* PROBLEM REQUIREMENTS
Give again, word for word, every line in the entries below from the line with "extrude(amount=-MIRROR3_COPY_1_DEPTH)" up to and including the line with "The same part", and no other line.

* RECORDS FOR THIS EXERCISE

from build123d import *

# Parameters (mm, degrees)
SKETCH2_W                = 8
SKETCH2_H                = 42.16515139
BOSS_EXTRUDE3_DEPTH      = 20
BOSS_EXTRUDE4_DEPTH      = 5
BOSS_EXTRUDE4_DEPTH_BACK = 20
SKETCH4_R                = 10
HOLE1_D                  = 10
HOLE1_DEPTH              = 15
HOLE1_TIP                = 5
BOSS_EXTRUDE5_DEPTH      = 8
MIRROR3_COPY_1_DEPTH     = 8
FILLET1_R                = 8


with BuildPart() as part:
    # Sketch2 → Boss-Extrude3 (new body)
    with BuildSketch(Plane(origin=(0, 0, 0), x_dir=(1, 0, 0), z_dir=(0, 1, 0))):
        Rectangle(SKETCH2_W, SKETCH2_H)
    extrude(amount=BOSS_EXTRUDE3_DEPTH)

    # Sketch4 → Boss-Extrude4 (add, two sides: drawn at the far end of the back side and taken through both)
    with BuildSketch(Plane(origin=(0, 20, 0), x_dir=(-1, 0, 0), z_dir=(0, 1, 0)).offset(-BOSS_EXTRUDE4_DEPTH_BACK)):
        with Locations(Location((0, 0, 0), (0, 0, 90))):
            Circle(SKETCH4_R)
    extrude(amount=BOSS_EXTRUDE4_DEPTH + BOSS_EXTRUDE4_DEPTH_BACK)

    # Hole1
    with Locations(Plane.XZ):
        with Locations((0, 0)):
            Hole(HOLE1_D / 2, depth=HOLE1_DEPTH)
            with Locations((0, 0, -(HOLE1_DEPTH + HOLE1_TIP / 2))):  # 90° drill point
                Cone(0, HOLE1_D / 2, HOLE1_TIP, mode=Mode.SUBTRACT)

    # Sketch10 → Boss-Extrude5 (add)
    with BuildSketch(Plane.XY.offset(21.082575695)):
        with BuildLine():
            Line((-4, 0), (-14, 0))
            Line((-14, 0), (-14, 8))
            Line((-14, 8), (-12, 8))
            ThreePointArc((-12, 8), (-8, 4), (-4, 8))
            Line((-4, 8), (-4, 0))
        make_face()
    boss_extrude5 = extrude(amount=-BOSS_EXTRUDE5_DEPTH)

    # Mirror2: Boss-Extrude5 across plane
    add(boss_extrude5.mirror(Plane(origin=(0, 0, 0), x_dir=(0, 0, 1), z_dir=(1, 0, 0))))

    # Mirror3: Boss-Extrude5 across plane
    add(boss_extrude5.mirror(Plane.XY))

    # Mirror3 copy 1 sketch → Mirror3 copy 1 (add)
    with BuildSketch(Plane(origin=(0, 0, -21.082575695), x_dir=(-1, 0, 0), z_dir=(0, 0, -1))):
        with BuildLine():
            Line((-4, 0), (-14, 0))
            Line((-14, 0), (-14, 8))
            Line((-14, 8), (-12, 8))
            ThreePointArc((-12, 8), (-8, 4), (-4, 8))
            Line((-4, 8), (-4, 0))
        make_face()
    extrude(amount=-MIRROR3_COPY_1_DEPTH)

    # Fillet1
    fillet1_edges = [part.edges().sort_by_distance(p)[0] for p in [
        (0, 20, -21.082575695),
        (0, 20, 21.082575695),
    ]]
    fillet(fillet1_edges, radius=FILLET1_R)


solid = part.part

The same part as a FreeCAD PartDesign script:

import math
import FreeCAD as App
import Part
import Sketcher
Q = App.Units.Quantity


def edges_at(feature, points):
    """Names of the edges that pass closest to the given points."""
    edges = feature.Shape.Edges
    near = lambda p: min(range(len(edges)), key=lambda i: edges[i].distToShape(Part.Vertex(*p))[0])
    return sorted({f"Edge{near(p) + 1}" for p in points})

doc = App.newDocument("Part")
params = doc.addObject("Spreadsheet::Sheet", "Params")
for row, (alias, value) in enumerate([
    ("sketch1_width", "8 mm"),
    ("pad1_length", "20 mm"),
    ("sketch2_diameter", "20 mm"),
    ("pad2_length", "5 mm"),
    ("pad2_length2", "20 mm"),
    ("sketch3_diameter", "10 mm"),
    ("hole_diameter", "10 mm"),
    ("hole_depth", "15 mm"),
    ("sketch4_radius", "4 mm"),
    ("sketch4_width", "10 mm"),
    ("sketch4_height", "8 mm"),
    ("pad3_length", "8 mm"),
    ("sketch5_radius", "4 mm"),
    ("sketch5_width", "10 mm"),
    ("sketch5_height", "8 mm"),
    ("pad4_length", "8 mm"),
    ("fillet_radius", "8 mm"),
], start=1):
    params.set(f"A{row}", alias)
    params.set(f"B{row}", "=" + value)
    params.setAlias(f"B{row}", alias)

body = doc.addObject("PartDesign::Body", "Body")

sketch1 = doc.addObject("Sketcher::SketchObject", "Sketch")
body.addObject(sketch1)
sketch1.AttachmentSupport = (doc.XZ_Plane, [""])
sketch1.MapMode = "FlatFace"
sketch1.addGeometry(Part.LineSegment(App.Vector(-4, -21.082576, 0), App.Vector(-4, 21.082576, 0)), False)
sketch1.addGeometry(Part.LineSegment(App.Vector(-4, 21.082576, 0), App.Vector(4, 21.082576, 0)), False)
sketch1.addGeometry(Part.LineSegment(App.Vector(4, 21.082576, 0), App.Vector(4, -21.082576, 0)), False)
sketch1.addGeometry(Part.LineSegment(App.Vector(4, -21.082576, 0), App.Vector(-4, -21.082576, 0)), False)
sketch1.addConstraint(Sketcher.Constraint("Coincident", 0, 2, 1, 1))
sketch1.addConstraint(Sketcher.Constraint("Coincident", 1, 2, 2, 1))
sketch1.addConstraint(Sketcher.Constraint("Coincident", 2, 2, 3, 1))
sketch1.addConstraint(Sketcher.Constraint("Coincident", 3, 2, 0, 1))
sketch1.addConstraint(Sketcher.Constraint("Vertical", 0))
sketch1.addConstraint(Sketcher.Constraint("Horizontal", 1))
sketch1.addConstraint(Sketcher.Constraint("Vertical", 2))
sketch1.addConstraint(Sketcher.Constraint("Horizontal", 3))
sketch1.addConstraint(Sketcher.Constraint("Symmetric", 0, 2, 2, 2, -1, 1))
sketch1.addConstraint(Sketcher.Constraint("DistanceX", 1, 1, 1, 2, Q("8 mm")))
sketch1.addConstraint(Sketcher.Constraint("DistanceY", 0, 1, 0, 2, Q("42.165151 mm")))
sketch1.setExpression("Constraints[9]", "Params.sketch1_width")
pad1 = doc.addObject("PartDesign::Pad", "Pad")
body.addObject(pad1)
pad1.Profile = sketch1
pad1.setExpression("Length", "Params.pad1_length")
pad1.Reversed = True

sketch2 = doc.addObject("Sketcher::SketchObject", "Sketch001")
body.addObject(sketch2)
sketch2.AttachmentSupport = (doc.XZ_Plane, [""])
sketch2.MapMode = "FlatFace"
sketch2.AttachmentOffset = App.Placement(App.Vector(0, 0, -20), App.Rotation())
sketch2.addGeometry(Part.Circle(App.Vector(0, 0, 0), App.Vector(0, 0, 1), 10), False)
sketch2.addConstraint(Sketcher.Constraint("Coincident", 0, 3, -1, 1))
sketch2.addConstraint(Sketcher.Constraint("Diameter", 0, Q("20 mm")))
sketch2.setExpression("Constraints[1]", "Params.sketch2_diameter")
pad2 = doc.addObject("PartDesign::Pad", "Pad001")
body.addObject(pad2)
pad2.Profile = sketch2
pad2.Type = "TwoLengths"
pad2.setExpression("Length", "Params.pad2_length")
pad2.setExpression("Length2", "Params.pad2_length2")
pad2.Reversed = True

sketch3 = doc.addObject("Sketcher::SketchObject", "Sketch002")
body.addObject(sketch3)
sketch3.AttachmentSupport = (doc.XZ_Plane, [""])
sketch3.MapMode = "FlatFace"
sketch3.addGeometry(Part.Circle(App.Vector(0, 0, 0), App.Vector(0, 0, 1), 5), False)
sketch3.addConstraint(Sketcher.Constraint("Coincident", 0, 3, -1, 1))
sketch3.addConstraint(Sketcher.Constraint("Diameter", 0, Q("10 mm")))
sketch3.setExpression("Constraints[1]", "Params.sketch3_diameter")
doc.recompute()
hole = doc.addObject("PartDesign::Hole", "Hole")
body.addObject(hole)
hole.Profile = sketch3
hole.ThreadType = "None"
hole.setExpression("Diameter", "Params.hole_diameter")
hole.DepthType = "Dimension"
hole.setExpression("Depth", "Params.hole_depth")
hole.DrillPoint = "Angled"
hole.DrillPointAngle = 90

sketch4 = doc.addObject("Sketcher::SketchObject", "Sketch003")
body.addObject(sketch4)
sketch4.AttachmentSupport = (doc.XY_Plane, [""])
sketch4.MapMode = "FlatFace"
sketch4.AttachmentOffset = App.Placement(App.Vector(0, 0, 21.082576), App.Rotation())
sketch4.addGeometry(Part.LineSegment(App.Vector(-14, 0, 0), App.Vector(-4, 0, 0)), False)
sketch4.addGeometry(Part.LineSegment(App.Vector(-4, 0, 0), App.Vector(-4, 8, 0)), False)
sketch4.addGeometry(Part.ArcOfCircle(Part.Circle(App.Vector(-8, 8, 0), App.Vector(0, 0, 1), 4), math.radians(180), math.radians(360)), False)
sketch4.addGeometry(Part.LineSegment(App.Vector(-12, 8, 0), App.Vector(-14, 8, 0)), False)
sketch4.addGeometry(Part.LineSegment(App.Vector(-14, 8, 0), App.Vector(-14, 0, 0)), False)
sketch4.addConstraint(Sketcher.Constraint("Coincident", 0, 2, 1, 1))
sketch4.addConstraint(Sketcher.Constraint("Tangent", 1, 2, 2, 2))
sketch4.addConstraint(Sketcher.Constraint("Coincident", 2, 1, 3, 1))
sketch4.addConstraint(Sketcher.Constraint("Coincident", 3, 2, 4, 1))
sketch4.addConstraint(Sketcher.Constraint("Coincident", 4, 2, 0, 1))
sketch4.addConstraint(Sketcher.Constraint("Horizontal", 0))
sketch4.addConstraint(Sketcher.Constraint("Vertical", 1))
sketch4.addConstraint(Sketcher.Constraint("Horizontal", 3))
sketch4.addConstraint(Sketcher.Constraint("Vertical", 4))
sketch4.addConstraint(Sketcher.Constraint("PointOnObject", 0, 2, -1))
sketch4.addConstraint(Sketcher.Constraint("Horizontal", 1, 2, 2, 1))
sketch4.addConstraint(Sketcher.Constraint("Radius", 2, Q("4 mm")))
sketch4.addConstraint(Sketcher.Constraint("DistanceX", 0, 1, 0, 2, Q("10 mm")))
sketch4.addConstraint(Sketcher.Constraint("DistanceY", 1, 1, 1, 2, Q("8 mm")))
sketch4.addConstraint(Sketcher.Constraint("DistanceX", 2, 3, -1, 1, Q("8 mm")))
sketch4.setExpression("Constraints[11]", "Params.sketch4_radius")
sketch4.setExpression("Constraints[12]", "Params.sketch4_width")
sketch4.setExpression("Constraints[13]", "Params.sketch4_height")
pad3 = doc.addObject("PartDesign::Pad", "Pad002")
body.addObject(pad3)
pad3.Profile = sketch4
pad3.setExpression("Length", "Params.pad3_length")
pad3.Reversed = True
doc.recompute()

mirrored = doc.addObject("PartDesign::Mirrored", "Mirrored")
body.addObject(mirrored)
mirrored.Originals = [pad3]
mirrored.MirrorPlane = (doc.YZ_Plane, [""])
body.Tip = mirrored
doc.recompute()

mirrored2 = doc.addObject("PartDesign::Mirrored", "Mirrored001")
body.addObject(mirrored2)
mirrored2.Originals = [pad3]
mirrored2.MirrorPlane = (doc.XY_Plane, [""])
body.Tip = mirrored2

sketch5 = doc.addObject("Sketcher::SketchObject", "Sketch004")
body.addObject(sketch5)
sketch5.AttachmentSupport = (doc.XY_Plane, [""])
sketch5.MapMode = "FlatFace"
sketch5.AttachmentOffset = App.Placement(App.Vector(0, 0, -21.082576), App.Rotation())
sketch5.addGeometry(Part.LineSegment(App.Vector(14, 0, 0), App.Vector(4, 0, 0)), False)
sketch5.addGeometry(Part.LineSegment(App.Vector(4, 0, 0), App.Vector(4, 8, 0)), False)
sketch5.addGeometry(Part.ArcOfCircle(Part.Circle(App.Vector(8, 8, 0), App.Vector(0, 0, 1), 4), math.radians(180), math.radians(360)), False)
sketch5.addGeometry(Part.LineSegment(App.Vector(12, 8, 0), App.Vector(14, 8, 0)), False)
sketch5.addGeometry(Part.LineSegment(App.Vector(14, 8, 0), App.Vector(14, 0, 0)), False)
sketch5.addConstraint(Sketcher.Constraint("Coincident", 0, 2, 1, 1))
sketch5.addConstraint(Sketcher.Constraint("Tangent", 1, 2, 2, 1))
sketch5.addConstraint(Sketcher.Constraint("Coincident", 2, 2, 3, 1))
sketch5.addConstraint(Sketcher.Constraint("Coincident", 3, 2, 4, 1))
sketch5.addConstraint(Sketcher.Constraint("Coincident", 4, 2, 0, 1))
sketch5.addConstraint(Sketcher.Constraint("Horizontal", 0))
sketch5.addConstraint(Sketcher.Constraint("Vertical", 1))
sketch5.addConstraint(Sketcher.Constraint("Horizontal", 3))
sketch5.addConstraint(Sketcher.Constraint("Vertical", 4))
sketch5.addConstraint(Sketcher.Constraint("PointOnObject", 0, 2, -1))
sketch5.addConstraint(Sketcher.Constraint("Horizontal", 1, 2, 2, 2))
sketch5.addConstraint(Sketcher.Constraint("Radius", 2, Q("4 mm")))
sketch5.addConstraint(Sketcher.Constraint("DistanceX", 0, 2, 0, 1, Q("10 mm")))
sketch5.addConstraint(Sketcher.Constraint("DistanceY", 1, 1, 1, 2, Q("8 mm")))
sketch5.addConstraint(Sketcher.Constraint("DistanceX", -1, 1, 2, 3, Q("8 mm")))
sketch5.setExpression("Constraints[11]", "Params.sketch5_radius")
sketch5.setExpression("Constraints[12]", "Params.sketch5_width")
sketch5.setExpression("Constraints[13]", "Params.sketch5_height")
pad4 = doc.addObject("PartDesign::Pad", "Pad003")
body.addObject(pad4)
pad4.Profile = sketch5
pad4.setExpression("Length", "Params.pad4_length")
doc.recompute()

fillet = doc.addObject("PartDesign::Fillet", "Fillet")
body.addObject(fillet)
fillet.Base = (pad4, edges_at(pad4, [(0, 20, -21.083), (0, 20, 21.083)]))
fillet.setExpression("Radius", "Params.fillet_radius")

doc.recompute()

* COMPLETED TASK
    extrude(amount=-MIRROR3_COPY_1_DEPTH)

    # Fillet1
    fillet1_edges = [part.edges().sort_by_distance(p)[0] for p in [
        (0, 20, -21.082575695),
        (0, 20, 21.082575695),
    ]]
    fillet(fillet1_edges, radius=FILLET1_R)


solid = part.part

The same part as a FreeCAD PartDesign script:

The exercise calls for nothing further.